2.4. Synthesis of NiS_x/NiO/MoS₂ (x = 1, 2) heterostructure

The NiS_x/NiO/MoS₂ (x = 1, 2) heterostructure was synthesized via a hydrothermal method. Two separate 80 mL mixtures of deionized water and ethylene glycol (50 : 50 by weight) were prepared in two beakers. In the first beaker, 0.276 M Ni(OH)₂, prepared as described in Section 2.2, was dispersed under magnetic stirring. Half of a 0.207 M thiourea (CH₄N₂S) solution was added to this beaker and stirred until fully dissolved. In the second beaker, 0.138 M sodium molybdate dihydrate (NaMoO₄·2H₂O) was dissolved in the same solvent mixture. The remaining half of the 0.207 M thiourea solution was added to the second beaker and stirred until fully dissolved. Subsequently, 0.5 mL of Triton X-100 was added to the Ni(OH)₂ and thiourea-containing solution as a surfactant/stabilizer to enhance dispersion and stirred for 25 minutes. The solution from the second beaker (containing NaMoO₄·2H₂O and thiourea) was then added to the first beaker, and the combined mixture was stirred for an additional 30 minutes to ensure thorough mixing.

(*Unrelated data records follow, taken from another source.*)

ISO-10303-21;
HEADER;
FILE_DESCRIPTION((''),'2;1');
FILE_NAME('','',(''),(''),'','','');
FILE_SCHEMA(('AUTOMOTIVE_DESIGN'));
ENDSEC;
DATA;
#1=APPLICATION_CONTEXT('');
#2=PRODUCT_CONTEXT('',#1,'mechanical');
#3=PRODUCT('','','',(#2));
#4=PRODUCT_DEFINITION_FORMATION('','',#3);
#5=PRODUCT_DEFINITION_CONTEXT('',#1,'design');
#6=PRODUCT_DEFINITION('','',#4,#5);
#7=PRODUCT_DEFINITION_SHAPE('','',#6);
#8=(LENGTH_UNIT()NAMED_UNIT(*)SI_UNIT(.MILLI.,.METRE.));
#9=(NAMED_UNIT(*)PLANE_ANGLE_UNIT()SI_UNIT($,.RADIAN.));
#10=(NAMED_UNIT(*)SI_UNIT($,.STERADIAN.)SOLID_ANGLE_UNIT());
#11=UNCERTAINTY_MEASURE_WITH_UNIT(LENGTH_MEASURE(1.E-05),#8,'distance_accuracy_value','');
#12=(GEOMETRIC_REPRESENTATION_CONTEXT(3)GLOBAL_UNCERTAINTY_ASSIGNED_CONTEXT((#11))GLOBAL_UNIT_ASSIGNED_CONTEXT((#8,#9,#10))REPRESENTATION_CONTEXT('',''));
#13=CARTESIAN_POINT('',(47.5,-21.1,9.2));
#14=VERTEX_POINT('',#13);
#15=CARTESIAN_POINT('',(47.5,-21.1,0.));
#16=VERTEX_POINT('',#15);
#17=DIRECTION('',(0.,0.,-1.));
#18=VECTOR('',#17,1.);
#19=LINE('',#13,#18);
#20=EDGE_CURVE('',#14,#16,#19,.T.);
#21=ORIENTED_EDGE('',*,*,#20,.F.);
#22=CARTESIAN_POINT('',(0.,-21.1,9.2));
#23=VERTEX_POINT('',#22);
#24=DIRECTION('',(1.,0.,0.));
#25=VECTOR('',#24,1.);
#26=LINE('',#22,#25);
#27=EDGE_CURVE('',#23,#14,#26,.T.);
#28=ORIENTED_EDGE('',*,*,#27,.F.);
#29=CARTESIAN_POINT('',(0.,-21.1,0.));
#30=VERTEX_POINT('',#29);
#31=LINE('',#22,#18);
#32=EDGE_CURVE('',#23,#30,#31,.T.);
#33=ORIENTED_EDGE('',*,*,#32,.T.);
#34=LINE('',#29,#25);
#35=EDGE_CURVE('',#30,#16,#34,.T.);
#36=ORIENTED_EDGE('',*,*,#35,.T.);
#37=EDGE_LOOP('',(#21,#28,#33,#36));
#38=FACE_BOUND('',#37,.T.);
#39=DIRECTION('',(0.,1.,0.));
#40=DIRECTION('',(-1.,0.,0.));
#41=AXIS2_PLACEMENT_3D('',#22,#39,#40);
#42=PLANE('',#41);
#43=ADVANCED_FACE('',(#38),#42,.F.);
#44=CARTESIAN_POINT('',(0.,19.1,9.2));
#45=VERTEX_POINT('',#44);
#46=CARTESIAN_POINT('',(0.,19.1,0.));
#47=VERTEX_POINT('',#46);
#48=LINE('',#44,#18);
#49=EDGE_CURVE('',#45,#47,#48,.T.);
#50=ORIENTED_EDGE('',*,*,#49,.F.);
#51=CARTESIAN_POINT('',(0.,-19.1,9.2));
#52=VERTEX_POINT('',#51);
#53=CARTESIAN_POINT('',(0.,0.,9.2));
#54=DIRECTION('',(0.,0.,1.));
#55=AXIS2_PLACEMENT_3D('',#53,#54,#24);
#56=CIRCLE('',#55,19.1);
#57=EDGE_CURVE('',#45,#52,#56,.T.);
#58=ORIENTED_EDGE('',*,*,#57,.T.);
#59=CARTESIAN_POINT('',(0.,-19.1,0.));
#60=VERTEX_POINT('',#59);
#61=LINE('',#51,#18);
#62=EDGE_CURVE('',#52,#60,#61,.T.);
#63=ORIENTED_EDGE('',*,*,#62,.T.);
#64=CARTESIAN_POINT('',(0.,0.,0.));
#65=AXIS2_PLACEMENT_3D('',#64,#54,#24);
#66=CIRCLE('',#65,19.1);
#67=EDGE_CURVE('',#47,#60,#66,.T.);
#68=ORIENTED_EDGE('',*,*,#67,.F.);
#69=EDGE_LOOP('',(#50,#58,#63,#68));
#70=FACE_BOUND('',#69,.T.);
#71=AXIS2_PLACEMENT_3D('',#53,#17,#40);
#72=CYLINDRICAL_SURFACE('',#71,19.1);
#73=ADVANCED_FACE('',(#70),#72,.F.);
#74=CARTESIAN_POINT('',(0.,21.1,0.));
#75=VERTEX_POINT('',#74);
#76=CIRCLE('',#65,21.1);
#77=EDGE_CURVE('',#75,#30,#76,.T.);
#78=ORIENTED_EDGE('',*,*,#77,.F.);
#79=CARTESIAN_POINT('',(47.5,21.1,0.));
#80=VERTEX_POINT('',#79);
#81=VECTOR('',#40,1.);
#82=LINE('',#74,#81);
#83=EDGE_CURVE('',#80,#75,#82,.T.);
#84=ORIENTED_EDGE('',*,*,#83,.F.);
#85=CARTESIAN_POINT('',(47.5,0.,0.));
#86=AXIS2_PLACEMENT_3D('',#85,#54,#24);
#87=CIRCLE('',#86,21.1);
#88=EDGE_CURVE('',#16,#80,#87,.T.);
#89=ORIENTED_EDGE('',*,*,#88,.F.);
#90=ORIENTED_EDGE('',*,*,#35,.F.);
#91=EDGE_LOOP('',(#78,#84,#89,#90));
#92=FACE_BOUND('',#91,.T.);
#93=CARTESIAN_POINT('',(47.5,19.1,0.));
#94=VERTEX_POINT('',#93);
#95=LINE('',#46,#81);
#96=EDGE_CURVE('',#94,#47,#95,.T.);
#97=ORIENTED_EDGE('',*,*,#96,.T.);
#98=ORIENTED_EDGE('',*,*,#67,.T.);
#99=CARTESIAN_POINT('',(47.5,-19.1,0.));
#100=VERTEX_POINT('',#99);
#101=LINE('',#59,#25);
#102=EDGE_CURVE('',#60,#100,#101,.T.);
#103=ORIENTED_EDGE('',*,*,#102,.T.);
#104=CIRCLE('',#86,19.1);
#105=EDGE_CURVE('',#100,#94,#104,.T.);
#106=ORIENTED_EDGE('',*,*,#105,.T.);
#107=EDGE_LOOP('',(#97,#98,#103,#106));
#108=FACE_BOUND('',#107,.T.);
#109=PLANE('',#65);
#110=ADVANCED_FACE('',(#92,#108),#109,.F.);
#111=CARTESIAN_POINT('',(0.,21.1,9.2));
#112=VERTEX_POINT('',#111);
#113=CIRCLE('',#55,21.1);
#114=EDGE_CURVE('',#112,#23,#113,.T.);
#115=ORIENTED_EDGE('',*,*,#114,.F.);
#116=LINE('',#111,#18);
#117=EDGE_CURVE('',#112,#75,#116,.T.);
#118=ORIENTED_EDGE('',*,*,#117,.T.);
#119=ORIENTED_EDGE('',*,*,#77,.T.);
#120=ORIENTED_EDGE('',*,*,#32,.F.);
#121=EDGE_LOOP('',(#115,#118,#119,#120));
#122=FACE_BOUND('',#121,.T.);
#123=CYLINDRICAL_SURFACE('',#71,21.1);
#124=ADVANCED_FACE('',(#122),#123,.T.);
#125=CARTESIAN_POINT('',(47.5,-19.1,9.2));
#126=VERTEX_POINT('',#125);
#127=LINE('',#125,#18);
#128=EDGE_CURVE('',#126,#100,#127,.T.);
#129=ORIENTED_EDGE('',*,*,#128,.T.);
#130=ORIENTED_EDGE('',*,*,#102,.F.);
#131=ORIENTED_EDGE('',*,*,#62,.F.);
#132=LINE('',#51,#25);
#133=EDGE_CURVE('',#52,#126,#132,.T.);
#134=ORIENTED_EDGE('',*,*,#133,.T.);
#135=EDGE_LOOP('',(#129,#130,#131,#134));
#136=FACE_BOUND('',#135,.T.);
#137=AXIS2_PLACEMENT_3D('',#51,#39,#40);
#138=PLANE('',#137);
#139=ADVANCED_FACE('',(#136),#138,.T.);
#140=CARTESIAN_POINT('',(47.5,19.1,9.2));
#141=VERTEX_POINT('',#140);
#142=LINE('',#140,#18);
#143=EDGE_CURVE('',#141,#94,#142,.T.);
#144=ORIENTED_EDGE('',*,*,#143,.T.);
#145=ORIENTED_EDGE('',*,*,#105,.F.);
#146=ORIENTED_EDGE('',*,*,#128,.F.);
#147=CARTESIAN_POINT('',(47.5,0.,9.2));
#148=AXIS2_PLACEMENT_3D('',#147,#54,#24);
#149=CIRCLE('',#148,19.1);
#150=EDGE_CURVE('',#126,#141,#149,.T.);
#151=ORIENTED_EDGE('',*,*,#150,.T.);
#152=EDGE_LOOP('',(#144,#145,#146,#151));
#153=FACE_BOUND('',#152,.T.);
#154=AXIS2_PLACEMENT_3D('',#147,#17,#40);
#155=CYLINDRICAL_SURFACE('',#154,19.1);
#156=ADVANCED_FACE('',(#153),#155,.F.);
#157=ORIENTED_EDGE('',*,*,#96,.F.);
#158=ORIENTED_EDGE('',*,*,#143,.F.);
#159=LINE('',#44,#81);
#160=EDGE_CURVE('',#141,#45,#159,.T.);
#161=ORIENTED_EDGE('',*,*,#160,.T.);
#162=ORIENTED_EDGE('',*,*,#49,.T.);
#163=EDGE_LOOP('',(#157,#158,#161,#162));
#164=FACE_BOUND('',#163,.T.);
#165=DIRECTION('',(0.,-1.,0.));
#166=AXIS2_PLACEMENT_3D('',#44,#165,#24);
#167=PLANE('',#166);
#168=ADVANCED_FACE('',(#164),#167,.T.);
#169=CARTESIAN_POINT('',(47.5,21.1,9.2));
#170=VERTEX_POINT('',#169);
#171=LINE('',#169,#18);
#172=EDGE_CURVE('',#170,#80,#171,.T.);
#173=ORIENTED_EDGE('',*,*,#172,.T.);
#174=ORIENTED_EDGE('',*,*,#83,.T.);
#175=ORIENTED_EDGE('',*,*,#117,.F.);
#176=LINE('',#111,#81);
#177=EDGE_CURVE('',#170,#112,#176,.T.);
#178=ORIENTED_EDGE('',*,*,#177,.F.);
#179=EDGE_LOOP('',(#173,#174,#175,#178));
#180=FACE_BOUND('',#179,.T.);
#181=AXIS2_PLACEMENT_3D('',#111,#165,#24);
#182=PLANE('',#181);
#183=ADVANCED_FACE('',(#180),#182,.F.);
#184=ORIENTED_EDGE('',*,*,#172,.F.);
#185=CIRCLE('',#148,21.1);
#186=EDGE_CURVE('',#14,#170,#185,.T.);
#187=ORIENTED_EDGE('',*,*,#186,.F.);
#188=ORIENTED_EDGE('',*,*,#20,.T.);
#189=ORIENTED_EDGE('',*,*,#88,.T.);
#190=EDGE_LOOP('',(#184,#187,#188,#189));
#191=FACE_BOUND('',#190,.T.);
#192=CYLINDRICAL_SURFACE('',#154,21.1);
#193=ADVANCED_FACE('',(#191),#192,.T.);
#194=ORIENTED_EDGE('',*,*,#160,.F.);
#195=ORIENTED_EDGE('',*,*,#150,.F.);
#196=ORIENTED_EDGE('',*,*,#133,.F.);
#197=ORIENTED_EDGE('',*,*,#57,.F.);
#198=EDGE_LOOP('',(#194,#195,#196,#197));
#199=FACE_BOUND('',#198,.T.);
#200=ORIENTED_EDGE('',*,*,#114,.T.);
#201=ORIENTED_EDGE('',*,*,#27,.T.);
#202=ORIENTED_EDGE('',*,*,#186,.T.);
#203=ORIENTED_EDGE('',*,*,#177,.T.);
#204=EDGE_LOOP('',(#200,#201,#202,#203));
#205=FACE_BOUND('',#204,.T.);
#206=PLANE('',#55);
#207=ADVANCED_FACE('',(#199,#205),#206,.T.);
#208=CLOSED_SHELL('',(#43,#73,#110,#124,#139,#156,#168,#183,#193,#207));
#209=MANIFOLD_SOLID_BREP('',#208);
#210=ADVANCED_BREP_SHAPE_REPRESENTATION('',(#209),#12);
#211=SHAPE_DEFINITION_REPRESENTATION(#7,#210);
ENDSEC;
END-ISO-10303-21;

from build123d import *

# Parameters (mm, degrees)
EXTRUDE_THIN1_DEPTH = 9.2


with BuildPart() as part:
    # Sketch1 → Extrude-Thin1 (new body)
    with BuildSketch(Plane.XY):
        with BuildLine():
            Line((0, 21.1), (47.5, 21.1))
            ThreePointArc((47.5, 21.1), (68.6, 0), (47.5, -21.1))
            Line((47.5, -21.1), (0, -21.1))
            ThreePointArc((0, -21.1), (-21.1, 0), (0, 21.1))
        make_face()
        with BuildLine():
            Line((0, 19.1), (47.5, 19.1))
            ThreePointArc((47.5, 19.1), (66.6, 0), (47.5, -19.1))
            Line((47.5, -19.1), (0, -19.1))
            ThreePointArc((0, -19.1), (-19.1, 0), (0, 19.1))
        make_face(mode=Mode.SUBTRACT)
    extrude(amount=EXTRUDE_THIN1_DEPTH)


solid = part.part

The final solution was transferred to a 200 mL Teflon-lined stainless steel autoclave and heated at 180 °C for 18 hours in a preheated oven. After cooling to room temperature, the precipitate was washed multiple times with deionized water and ethanol through centrifugation and sonication to remove impurities. The washed product was dried at 60 °C overnight to yield the NiS_x/NiO/MoS₂ (x = 1, 2) heterostructure (Fig. S1).

2.5. Physical characterization

The structural properties and phase purity of the synthesized samples were analysed using X-ray diffraction (XRD) with a D8 ADVANCE instrument (Bruker) over a 2-theta range of 20°–80°. Surface morphology was examined using scanning electron microscopy (SEM, Hitachi SU8200), and elemental composition was determined via energy-dispersive X-ray (EDX) spectroscopy coupled with the SEM system. Fourier-transform infrared (FTIR) spectroscopy was performed using an InfraLUM FT-08 spectrometer to investigate the functional groups and bonding characteristics, with spectra collected in the range of 400–4000 cm⁻¹. Optical properties in the ultraviolet and visible regions were evaluated using a UV-visible spectrophotometer (Peak Instrument C-7200) at room temperature.

2.6. Electrochemical characterization

Electrochemical properties were investigated using a three-electrode system with a 1 M sulfuric acid (H₂SO₄) solution as the electrolyte. A glassy carbon electrode served as the working electrode, an Ag/AgCl electrode as the reference electrode, and a graphite rod electrode as the counter electrode. Polyvinylpyrrolidone (PVP, (C₆H₉NO)_n), purchased from Sigma-Aldrich, was used as a binder for electrode preparation. Electrochemical measurements, including cyclic voltammetry (CV), iR-corrected linear sweep voltammetry (LSV), and electrochemical impedance spectroscopy (EIS), were conducted using an AutoLab Metrohm instrument (serial number AUT52640). To prepare the working electrode, 1 mg of the sample (NiO, NiS, or NiS_x/NiO/MoS₂ (x = 1, 2) heterostructure) was dispersed in 80 µL of PVP binder and sonicated for 30 minutes to ensure homogeneity. Approximately 5 µL of the resulting ink was deposited onto the glassy carbon electrode and dried at 55 °C for 5 minutes in a drying oven to ensure proper adhesion of the sample to the electrode surface.

3. Results and discussion

3.1. Structural and phase analysis by X-ray diffraction (XRD)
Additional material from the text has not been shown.